The antiphospholipid syndrome/lupus screen showed prolongation of PTT (lupus sensitive) of 63.8 sec (normal < 48 sec), corrected PTT (lupus sensitive) of 56.1 sec (normal < 45 sec), and diluted Russell viper venom time of 32.6 sec (normal < 30 sec). The values for ß2 glycoprotein-1-dependent IgG and IgM anticardiolipin antibodies were normal. The prolonged values of aPTT and aPTT serum indicated the presence of LA. As circulating antiphospholipid antibodies may interfere with ACT values, resulting in spurious results and leading to under heparinization, we proposed that if the patient had adequate antithrombin III (AT III) values, adequate anticoagulation could be maintained with intravenous unfractionated heparin at the dose usually administered in our institute for OPCAB procedures. In addition, antiphospholipid antibody syndrome might be associated with AT III deficiency. Hence a functional AT III assay was performed and found to be normal (85 µg·dL–1, normal range: 80 to 120 µg·dL–1).

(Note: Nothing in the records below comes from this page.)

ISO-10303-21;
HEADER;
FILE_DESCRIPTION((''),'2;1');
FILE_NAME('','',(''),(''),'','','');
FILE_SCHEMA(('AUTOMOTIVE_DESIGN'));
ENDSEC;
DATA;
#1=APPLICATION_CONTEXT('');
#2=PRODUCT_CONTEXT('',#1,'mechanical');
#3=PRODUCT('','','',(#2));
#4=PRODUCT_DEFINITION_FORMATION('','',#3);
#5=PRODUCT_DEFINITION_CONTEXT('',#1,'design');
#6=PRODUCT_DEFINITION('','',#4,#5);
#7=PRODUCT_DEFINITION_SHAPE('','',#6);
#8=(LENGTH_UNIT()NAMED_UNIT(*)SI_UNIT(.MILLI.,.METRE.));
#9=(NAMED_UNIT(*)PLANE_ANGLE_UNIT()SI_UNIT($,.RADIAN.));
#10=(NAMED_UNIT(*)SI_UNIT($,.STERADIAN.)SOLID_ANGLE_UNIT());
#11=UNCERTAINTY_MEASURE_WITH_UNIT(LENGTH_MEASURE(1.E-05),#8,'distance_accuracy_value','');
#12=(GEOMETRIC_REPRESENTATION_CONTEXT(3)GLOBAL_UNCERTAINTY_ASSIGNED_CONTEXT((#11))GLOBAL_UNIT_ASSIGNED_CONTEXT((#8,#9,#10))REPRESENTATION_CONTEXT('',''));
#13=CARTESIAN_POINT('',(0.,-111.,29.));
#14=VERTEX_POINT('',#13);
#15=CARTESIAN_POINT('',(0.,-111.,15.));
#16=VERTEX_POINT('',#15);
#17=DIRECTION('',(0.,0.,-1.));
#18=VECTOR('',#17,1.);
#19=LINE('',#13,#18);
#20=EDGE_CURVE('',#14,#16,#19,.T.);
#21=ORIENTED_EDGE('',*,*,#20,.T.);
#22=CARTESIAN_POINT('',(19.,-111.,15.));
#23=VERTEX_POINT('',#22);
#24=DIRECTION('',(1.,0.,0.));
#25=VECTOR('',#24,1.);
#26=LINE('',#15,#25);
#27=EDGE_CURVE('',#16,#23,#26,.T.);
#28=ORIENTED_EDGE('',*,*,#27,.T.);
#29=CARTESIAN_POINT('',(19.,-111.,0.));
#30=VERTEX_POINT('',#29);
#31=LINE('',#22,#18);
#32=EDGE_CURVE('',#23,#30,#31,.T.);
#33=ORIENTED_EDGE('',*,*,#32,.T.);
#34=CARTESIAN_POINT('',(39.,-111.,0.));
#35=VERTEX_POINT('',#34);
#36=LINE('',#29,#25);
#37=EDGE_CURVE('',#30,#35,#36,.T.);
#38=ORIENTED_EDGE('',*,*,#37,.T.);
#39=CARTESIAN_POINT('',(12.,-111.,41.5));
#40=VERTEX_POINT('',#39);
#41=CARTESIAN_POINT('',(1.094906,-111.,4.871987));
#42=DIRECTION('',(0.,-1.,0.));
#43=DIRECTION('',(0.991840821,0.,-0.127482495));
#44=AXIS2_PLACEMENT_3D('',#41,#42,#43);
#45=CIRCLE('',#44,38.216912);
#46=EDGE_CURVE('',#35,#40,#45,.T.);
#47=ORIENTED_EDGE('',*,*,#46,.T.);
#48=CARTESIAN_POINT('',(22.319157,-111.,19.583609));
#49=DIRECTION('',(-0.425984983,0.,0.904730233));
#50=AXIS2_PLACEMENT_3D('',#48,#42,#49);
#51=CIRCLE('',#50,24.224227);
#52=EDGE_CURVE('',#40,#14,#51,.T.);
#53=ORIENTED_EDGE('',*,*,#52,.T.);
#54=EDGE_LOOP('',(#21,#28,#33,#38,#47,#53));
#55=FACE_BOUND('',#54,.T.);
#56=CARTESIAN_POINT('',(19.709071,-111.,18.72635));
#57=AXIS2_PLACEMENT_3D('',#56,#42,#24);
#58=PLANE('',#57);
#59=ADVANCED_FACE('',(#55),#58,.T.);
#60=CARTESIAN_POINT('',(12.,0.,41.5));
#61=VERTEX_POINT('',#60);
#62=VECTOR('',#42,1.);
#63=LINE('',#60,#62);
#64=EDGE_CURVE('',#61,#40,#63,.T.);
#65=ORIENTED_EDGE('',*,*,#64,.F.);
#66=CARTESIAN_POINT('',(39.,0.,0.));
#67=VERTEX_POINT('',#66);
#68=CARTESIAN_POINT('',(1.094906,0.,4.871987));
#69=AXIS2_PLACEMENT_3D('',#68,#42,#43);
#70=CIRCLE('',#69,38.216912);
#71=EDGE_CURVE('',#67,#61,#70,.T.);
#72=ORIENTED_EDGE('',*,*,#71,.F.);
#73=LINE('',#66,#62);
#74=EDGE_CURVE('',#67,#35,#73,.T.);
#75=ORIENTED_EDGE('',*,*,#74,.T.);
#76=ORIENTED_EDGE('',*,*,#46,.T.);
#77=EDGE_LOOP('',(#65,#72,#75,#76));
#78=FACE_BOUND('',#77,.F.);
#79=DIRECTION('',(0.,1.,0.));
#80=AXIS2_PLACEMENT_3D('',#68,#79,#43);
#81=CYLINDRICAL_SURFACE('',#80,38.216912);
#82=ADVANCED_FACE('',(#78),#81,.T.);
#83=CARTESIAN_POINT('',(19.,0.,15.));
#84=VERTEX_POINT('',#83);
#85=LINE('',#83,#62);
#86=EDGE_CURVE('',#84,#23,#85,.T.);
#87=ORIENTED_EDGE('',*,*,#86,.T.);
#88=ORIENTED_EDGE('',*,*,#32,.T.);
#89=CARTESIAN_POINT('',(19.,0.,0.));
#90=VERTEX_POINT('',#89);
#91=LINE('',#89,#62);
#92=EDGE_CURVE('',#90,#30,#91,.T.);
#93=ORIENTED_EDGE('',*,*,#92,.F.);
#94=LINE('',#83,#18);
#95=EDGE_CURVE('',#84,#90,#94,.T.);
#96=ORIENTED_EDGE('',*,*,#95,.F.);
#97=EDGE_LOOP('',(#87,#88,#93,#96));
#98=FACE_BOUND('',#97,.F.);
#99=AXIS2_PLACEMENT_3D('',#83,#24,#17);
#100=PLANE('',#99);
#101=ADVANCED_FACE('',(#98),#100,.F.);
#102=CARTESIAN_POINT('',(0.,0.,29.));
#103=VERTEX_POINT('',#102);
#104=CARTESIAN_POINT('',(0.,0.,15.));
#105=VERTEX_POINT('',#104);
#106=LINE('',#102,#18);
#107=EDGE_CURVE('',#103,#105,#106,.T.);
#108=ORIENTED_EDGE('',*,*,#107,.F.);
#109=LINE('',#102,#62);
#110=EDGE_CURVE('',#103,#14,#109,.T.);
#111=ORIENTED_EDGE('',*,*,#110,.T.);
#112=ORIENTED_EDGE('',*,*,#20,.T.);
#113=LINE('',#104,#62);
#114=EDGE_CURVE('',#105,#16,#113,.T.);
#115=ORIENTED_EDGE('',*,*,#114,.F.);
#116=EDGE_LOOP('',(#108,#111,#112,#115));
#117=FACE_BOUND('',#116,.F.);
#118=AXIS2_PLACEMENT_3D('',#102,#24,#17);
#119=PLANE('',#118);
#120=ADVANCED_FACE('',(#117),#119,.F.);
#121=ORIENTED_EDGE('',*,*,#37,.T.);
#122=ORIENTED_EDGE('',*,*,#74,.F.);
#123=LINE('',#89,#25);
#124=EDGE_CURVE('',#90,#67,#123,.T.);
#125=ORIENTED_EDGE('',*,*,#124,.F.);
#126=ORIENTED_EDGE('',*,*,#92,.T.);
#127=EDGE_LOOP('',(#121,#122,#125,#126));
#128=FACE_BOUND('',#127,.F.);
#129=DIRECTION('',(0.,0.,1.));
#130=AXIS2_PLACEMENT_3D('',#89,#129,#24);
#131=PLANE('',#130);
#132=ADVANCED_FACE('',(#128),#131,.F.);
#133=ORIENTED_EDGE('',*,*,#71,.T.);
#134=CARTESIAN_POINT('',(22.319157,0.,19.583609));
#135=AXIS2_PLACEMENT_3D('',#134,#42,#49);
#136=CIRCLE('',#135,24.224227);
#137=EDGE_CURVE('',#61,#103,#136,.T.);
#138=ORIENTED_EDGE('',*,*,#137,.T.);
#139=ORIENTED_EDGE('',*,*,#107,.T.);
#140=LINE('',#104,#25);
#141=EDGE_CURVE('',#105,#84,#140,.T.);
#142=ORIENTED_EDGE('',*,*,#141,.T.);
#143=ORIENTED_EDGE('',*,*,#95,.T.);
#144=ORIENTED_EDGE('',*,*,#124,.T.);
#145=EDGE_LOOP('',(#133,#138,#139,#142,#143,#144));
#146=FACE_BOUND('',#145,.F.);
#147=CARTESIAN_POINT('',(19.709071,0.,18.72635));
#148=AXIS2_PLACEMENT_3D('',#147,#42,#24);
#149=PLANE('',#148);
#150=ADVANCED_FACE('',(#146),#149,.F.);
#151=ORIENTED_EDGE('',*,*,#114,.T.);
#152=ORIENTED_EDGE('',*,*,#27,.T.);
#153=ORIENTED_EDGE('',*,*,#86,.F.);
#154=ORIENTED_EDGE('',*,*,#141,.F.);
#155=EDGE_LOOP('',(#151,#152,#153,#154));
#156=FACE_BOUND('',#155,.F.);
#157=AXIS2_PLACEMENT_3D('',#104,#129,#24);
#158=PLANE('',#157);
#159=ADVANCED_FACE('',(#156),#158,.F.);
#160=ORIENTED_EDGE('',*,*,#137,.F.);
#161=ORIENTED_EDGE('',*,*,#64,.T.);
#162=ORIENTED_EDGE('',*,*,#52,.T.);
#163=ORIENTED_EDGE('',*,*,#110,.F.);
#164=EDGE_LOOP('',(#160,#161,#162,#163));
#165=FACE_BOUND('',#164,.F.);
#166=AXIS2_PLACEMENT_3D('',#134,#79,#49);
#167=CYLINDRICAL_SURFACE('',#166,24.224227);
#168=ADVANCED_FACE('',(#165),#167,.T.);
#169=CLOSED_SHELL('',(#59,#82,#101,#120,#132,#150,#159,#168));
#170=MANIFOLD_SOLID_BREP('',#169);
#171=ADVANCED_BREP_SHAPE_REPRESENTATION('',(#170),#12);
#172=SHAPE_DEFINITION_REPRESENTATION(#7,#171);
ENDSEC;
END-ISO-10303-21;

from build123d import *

# Parameters (mm, degrees)
F1_DEPTH = 111


with BuildPart() as f1:
    # F0 (on Front) → F1 (new body)
    with BuildSketch(Plane.XZ):
        with BuildLine():
            Line((0, 29), (0, 15))
            Line((0, 15), (19, 15))
            Line((19, 15), (19, 0))
            Line((19, 0), (39, 0))
            ThreePointArc((39, 0), (33.128812, 25.713323), (12, 41.5))
            ThreePointArc((12, 41.5), (4.844107, 36.359658), (0, 29))
        make_face()
    extrude(amount=F1_DEPTH)


solid = f1.part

After induction of anesthesia, celite-activated clotting time (Hemochron model 401; International Technidyne Corporation, Edison, NJ, USA) and blood heparin concentrations were measured at regular intervals (Table 2Go). As the AT III levels were normal, we anticoagulated the patient with 100 units·kg–1 of unfractionated heparin after the left internal mammary artery was harvested and prior to division of the distal end of the internal mammary artery. Normothermia was maintained throughout the procedure. Stable hemodynamics were maintained mainly with volume supplementation. Heparin was reversed with protamine in a 1:1 ratio after completion of the coronary anastomosis. The coagulation screen at 6 and 18 hours postoperatively was normal, except for aPTT (Table 1Go). The crosslinked fibrin D-dimer level was elevated postoperatively (Table 2Go). Cardiac enzymes, troponin T, myoglobin, and electrocardiographic recordings at regular intervals postoperatively were within normal limits. There were no signs of abnormal bleeding or thromboembolism, and the patient was discharged home on an oral anticoagulant on the 7th postoperative day.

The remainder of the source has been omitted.